-------- Data listing --------

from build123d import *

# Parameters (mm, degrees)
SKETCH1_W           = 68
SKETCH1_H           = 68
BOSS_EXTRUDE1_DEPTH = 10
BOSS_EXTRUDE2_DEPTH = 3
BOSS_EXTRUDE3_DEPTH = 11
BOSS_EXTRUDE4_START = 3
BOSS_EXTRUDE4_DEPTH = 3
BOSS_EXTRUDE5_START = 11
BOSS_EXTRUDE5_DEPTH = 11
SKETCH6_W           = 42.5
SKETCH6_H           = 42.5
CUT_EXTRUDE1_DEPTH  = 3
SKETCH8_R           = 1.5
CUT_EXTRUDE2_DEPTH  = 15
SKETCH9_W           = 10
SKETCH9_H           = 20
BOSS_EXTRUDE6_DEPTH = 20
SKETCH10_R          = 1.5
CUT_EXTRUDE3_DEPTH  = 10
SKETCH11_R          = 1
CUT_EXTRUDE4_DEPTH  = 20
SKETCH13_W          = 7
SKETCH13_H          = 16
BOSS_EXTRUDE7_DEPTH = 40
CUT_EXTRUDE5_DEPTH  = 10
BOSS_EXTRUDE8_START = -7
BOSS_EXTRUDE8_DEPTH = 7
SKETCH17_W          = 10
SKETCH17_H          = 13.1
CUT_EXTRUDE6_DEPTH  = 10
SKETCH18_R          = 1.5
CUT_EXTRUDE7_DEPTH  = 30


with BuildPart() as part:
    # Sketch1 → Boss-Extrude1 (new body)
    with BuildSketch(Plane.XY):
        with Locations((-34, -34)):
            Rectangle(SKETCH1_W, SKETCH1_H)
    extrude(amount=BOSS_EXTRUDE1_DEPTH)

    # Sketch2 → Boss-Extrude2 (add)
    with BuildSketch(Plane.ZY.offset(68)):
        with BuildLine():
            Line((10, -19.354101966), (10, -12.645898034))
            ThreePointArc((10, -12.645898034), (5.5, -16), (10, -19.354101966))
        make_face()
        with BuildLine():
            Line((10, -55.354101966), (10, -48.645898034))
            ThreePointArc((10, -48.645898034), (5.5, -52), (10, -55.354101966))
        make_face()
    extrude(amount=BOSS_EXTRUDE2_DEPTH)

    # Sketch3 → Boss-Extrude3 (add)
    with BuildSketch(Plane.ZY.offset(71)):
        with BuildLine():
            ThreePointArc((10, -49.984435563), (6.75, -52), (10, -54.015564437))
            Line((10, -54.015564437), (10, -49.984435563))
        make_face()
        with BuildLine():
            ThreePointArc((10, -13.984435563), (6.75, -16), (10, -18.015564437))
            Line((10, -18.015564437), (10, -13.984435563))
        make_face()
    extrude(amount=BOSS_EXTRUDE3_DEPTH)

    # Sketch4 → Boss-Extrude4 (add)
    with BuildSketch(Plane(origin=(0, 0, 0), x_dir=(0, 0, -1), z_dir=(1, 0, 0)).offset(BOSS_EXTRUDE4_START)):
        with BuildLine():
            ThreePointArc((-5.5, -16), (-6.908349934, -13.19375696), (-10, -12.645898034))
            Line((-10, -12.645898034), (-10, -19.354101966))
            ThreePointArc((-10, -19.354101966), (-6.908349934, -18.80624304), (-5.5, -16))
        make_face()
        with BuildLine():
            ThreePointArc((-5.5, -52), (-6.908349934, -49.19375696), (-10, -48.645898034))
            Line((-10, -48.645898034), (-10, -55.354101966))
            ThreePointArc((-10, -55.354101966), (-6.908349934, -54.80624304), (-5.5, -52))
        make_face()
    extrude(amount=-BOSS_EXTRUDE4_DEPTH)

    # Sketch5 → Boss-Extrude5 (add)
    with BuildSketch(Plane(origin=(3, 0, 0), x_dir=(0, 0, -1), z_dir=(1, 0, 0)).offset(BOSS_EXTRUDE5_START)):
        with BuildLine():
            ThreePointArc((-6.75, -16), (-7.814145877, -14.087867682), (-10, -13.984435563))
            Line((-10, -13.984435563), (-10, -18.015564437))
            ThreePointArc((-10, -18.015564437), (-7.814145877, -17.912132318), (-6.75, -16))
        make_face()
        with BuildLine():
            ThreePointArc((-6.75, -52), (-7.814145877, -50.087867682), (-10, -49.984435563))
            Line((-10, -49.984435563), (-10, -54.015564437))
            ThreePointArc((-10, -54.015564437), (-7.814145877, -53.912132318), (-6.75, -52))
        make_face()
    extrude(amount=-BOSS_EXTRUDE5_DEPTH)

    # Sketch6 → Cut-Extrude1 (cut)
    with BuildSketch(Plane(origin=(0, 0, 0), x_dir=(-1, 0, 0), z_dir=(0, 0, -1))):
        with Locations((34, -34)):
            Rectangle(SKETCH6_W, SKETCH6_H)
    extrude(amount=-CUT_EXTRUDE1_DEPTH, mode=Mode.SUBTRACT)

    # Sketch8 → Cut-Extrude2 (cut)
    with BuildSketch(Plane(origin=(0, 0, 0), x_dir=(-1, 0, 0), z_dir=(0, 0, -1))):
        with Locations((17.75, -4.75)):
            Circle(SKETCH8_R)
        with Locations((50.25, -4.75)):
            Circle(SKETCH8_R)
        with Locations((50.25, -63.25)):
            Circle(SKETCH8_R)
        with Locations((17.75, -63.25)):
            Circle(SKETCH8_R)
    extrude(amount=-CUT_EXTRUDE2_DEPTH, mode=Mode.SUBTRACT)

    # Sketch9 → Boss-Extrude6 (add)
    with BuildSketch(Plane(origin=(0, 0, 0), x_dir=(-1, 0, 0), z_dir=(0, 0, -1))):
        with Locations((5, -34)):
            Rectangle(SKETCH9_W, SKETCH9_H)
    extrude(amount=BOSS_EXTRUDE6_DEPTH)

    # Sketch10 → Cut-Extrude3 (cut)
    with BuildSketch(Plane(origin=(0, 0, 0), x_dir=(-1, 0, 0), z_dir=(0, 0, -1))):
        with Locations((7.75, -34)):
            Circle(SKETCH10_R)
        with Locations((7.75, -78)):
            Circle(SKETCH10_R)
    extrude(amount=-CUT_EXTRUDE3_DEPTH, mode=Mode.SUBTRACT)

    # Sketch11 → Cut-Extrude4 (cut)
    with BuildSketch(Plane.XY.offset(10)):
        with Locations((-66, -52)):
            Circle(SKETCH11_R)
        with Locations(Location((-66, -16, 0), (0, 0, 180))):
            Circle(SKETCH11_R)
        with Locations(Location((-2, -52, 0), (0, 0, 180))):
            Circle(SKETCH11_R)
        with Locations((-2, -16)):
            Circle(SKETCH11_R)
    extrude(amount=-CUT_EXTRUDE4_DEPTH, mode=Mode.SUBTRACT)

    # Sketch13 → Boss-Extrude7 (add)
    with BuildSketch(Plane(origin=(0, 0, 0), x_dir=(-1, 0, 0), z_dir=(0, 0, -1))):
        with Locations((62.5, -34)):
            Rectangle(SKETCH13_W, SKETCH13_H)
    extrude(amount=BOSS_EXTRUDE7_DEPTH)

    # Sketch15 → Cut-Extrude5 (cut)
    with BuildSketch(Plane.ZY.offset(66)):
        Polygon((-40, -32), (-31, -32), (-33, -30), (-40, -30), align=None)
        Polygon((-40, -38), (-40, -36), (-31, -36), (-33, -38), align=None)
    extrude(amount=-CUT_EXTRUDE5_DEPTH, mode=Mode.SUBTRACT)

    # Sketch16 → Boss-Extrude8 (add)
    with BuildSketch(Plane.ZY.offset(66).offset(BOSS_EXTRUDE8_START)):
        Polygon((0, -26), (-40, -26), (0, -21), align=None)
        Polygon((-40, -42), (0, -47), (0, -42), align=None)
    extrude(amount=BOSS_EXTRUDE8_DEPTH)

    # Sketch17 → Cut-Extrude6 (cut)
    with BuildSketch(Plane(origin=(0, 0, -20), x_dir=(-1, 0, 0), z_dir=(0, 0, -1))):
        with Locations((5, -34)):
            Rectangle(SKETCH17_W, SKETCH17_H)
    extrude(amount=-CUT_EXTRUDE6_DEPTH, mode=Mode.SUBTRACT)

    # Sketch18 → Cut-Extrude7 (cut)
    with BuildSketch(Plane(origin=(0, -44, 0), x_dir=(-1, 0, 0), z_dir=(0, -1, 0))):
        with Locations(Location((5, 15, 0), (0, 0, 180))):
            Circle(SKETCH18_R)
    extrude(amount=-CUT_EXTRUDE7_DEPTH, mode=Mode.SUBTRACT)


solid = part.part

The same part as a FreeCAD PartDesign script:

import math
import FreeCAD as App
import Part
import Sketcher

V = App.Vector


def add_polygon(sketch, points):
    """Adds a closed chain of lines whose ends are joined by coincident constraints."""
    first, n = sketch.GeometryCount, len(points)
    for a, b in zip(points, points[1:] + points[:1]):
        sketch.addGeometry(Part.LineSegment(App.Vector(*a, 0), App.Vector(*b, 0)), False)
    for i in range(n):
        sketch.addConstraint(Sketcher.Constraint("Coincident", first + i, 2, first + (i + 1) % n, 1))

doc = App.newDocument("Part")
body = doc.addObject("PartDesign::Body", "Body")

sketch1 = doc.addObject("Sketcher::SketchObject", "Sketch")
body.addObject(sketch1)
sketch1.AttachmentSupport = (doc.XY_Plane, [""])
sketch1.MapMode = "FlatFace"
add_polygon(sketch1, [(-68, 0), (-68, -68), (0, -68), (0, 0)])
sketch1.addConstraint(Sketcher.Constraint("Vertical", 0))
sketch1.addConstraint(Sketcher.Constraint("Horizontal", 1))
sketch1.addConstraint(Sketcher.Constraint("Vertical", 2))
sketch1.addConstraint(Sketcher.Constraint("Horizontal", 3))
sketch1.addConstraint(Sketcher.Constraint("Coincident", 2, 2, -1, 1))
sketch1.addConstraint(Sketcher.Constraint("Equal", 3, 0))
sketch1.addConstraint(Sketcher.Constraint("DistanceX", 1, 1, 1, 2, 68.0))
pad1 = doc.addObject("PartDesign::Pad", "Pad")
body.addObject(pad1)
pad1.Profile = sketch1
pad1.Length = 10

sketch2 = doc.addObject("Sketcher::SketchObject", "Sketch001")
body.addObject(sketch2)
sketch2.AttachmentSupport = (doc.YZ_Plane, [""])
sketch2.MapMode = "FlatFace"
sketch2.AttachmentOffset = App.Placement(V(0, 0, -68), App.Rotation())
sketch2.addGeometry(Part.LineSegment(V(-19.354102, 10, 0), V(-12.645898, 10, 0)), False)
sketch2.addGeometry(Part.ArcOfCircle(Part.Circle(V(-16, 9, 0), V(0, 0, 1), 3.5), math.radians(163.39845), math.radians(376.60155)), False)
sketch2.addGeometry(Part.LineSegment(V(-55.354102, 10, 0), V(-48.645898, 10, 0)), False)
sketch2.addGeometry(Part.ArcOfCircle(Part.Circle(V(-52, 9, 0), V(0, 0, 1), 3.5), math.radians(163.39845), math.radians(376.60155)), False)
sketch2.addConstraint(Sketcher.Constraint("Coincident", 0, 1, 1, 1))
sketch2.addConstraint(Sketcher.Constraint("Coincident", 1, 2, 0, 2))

--------

*Activity*.
Take exactly the lines from the one containing "# Sketch11 → Cut-Extrude4 (cut)" through the one containing "# Sketch18 → Cut-Extrude7 (cut)" in the data above, and output them with nothing added.

*Task response*.
    # Sketch11 → Cut-Extrude4 (cut)
    with BuildSketch(Plane.XY.offset(10)):
        with Locations((-66, -52)):
            Circle(SKETCH11_R)
        with Locations(Location((-66, -16, 0), (0, 0, 180))):
            Circle(SKETCH11_R)
        with Locations(Location((-2, -52, 0), (0, 0, 180))):
            Circle(SKETCH11_R)
        with Locations((-2, -16)):
            Circle(SKETCH11_R)
    extrude(amount=-CUT_EXTRUDE4_DEPTH, mode=Mode.SUBTRACT)

    # Sketch13 → Boss-Extrude7 (add)
    with BuildSketch(Plane(origin=(0, 0, 0), x_dir=(-1, 0, 0), z_dir=(0, 0, -1))):
        with Locations((62.5, -34)):
            Rectangle(SKETCH13_W, SKETCH13_H)
    extrude(amount=BOSS_EXTRUDE7_DEPTH)

    # Sketch15 → Cut-Extrude5 (cut)
    with BuildSketch(Plane.ZY.offset(66)):
        Polygon((-40, -32), (-31, -32), (-33, -30), (-40, -30), align=None)
        Polygon((-40, -38), (-40, -36), (-31, -36), (-33, -38), align=None)
    extrude(amount=-CUT_EXTRUDE5_DEPTH, mode=Mode.SUBTRACT)

    # Sketch16 → Boss-Extrude8 (add)
    with BuildSketch(Plane.ZY.offset(66).offset(BOSS_EXTRUDE8_START)):
        Polygon((0, -26), (-40, -26), (0, -21), align=None)
        Polygon((-40, -42), (0, -47), (0, -42), align=None)
    extrude(amount=BOSS_EXTRUDE8_DEPTH)

    # Sketch17 → Cut-Extrude6 (cut)
    with BuildSketch(Plane(origin=(0, 0, -20), x_dir=(-1, 0, 0), z_dir=(0, 0, -1))):
        with Locations((5, -34)):
            Rectangle(SKETCH17_W, SKETCH17_H)
    extrude(amount=-CUT_EXTRUDE6_DEPTH, mode=Mode.SUBTRACT)

    # Sketch18 → Cut-Extrude7 (cut)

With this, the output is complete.